You are correct.  I didn't see your bottle as it is, so I went to the one I mentioned and here is what I found.
 It's a KC-21 and at the time of the making of the book, it was considered Rare.  Comes in Blue-green (as we can see) 2 sizes: 6 3/4 and 10 1/4.  BIMAL, Embossed RATIN on the shoulder.  There is also a variant with RATIN down the side. (as you have here)
 So, being a rare and such a pretty bottle, 3 figures.  Exactly how much, only you can answer that.  If you knew how much one sold for on ebay or any other auction, that would be a great start.  But ask yourself how much you would spend on it...that's what it's worth to you.
 It's a definite keeper, IMO.

 There is a history of the shoulder embossed on on worthpoint, but ya have to be a member to view price.
 http://www.worthpoint.com/worthopedia/rare-antique-ratin-bottle-deep-green-glass


----------



## beendiggin (Nov 23, 2009)

That's the most info I've ever got...so thank you!  I was hoping it was listed somewhere.  Anyway, I will keep it.  I'm sure I'll never dig another.  It is in mint shape.
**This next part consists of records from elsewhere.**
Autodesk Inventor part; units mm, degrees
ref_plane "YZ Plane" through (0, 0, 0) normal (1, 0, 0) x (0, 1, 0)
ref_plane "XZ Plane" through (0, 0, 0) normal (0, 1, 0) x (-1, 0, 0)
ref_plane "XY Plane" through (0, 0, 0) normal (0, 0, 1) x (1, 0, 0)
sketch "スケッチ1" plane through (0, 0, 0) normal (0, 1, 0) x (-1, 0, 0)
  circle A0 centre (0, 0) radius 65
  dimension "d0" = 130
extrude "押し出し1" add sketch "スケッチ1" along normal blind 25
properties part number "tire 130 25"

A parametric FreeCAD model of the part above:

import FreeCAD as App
import Part
import Sketcher
Q = App.Units.Quantity

doc = App.newDocument("Part")
body = doc.addObject("PartDesign::Body", "Body")

sketch1 = body.newObject("Sketcher::SketchObject", "Sketch")
sketch1.AttachmentSupport = (doc.getObject("XZ_Plane"), [""])
sketch1.MapMode = "FlatFace"
sketch1.addGeometry(Part.Circle(App.Vector(0, 0, 0), App.Vector(0, 0, 1), 65), False)
sketch1.addConstraint([
    Sketcher.Constraint("Coincident", 0, 3, -1, 1),
    Sketcher.Constraint("Diameter", 0, Q("130 mm")),
])
pad1 = body.newObject("PartDesign::Pad", "Pad")
pad1.Profile = sketch1
pad1.Length = 25
pad1.Reversed = True

doc.recompute()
It had rolled a little down a steep slope, and was covered over with a blanket of bright green moss.  I was tracing the remnants of a dump up the slope and I didn't find much. On the way back down, I kept randomly pushing a small 16" probe into the bank, when I tapped it. I peeled back the moss, and there it was!    I've had it for over 20 years now.


----------



## Poison_Us (Nov 24, 2009)

Very fortunate and wonderful find it is.[]


----------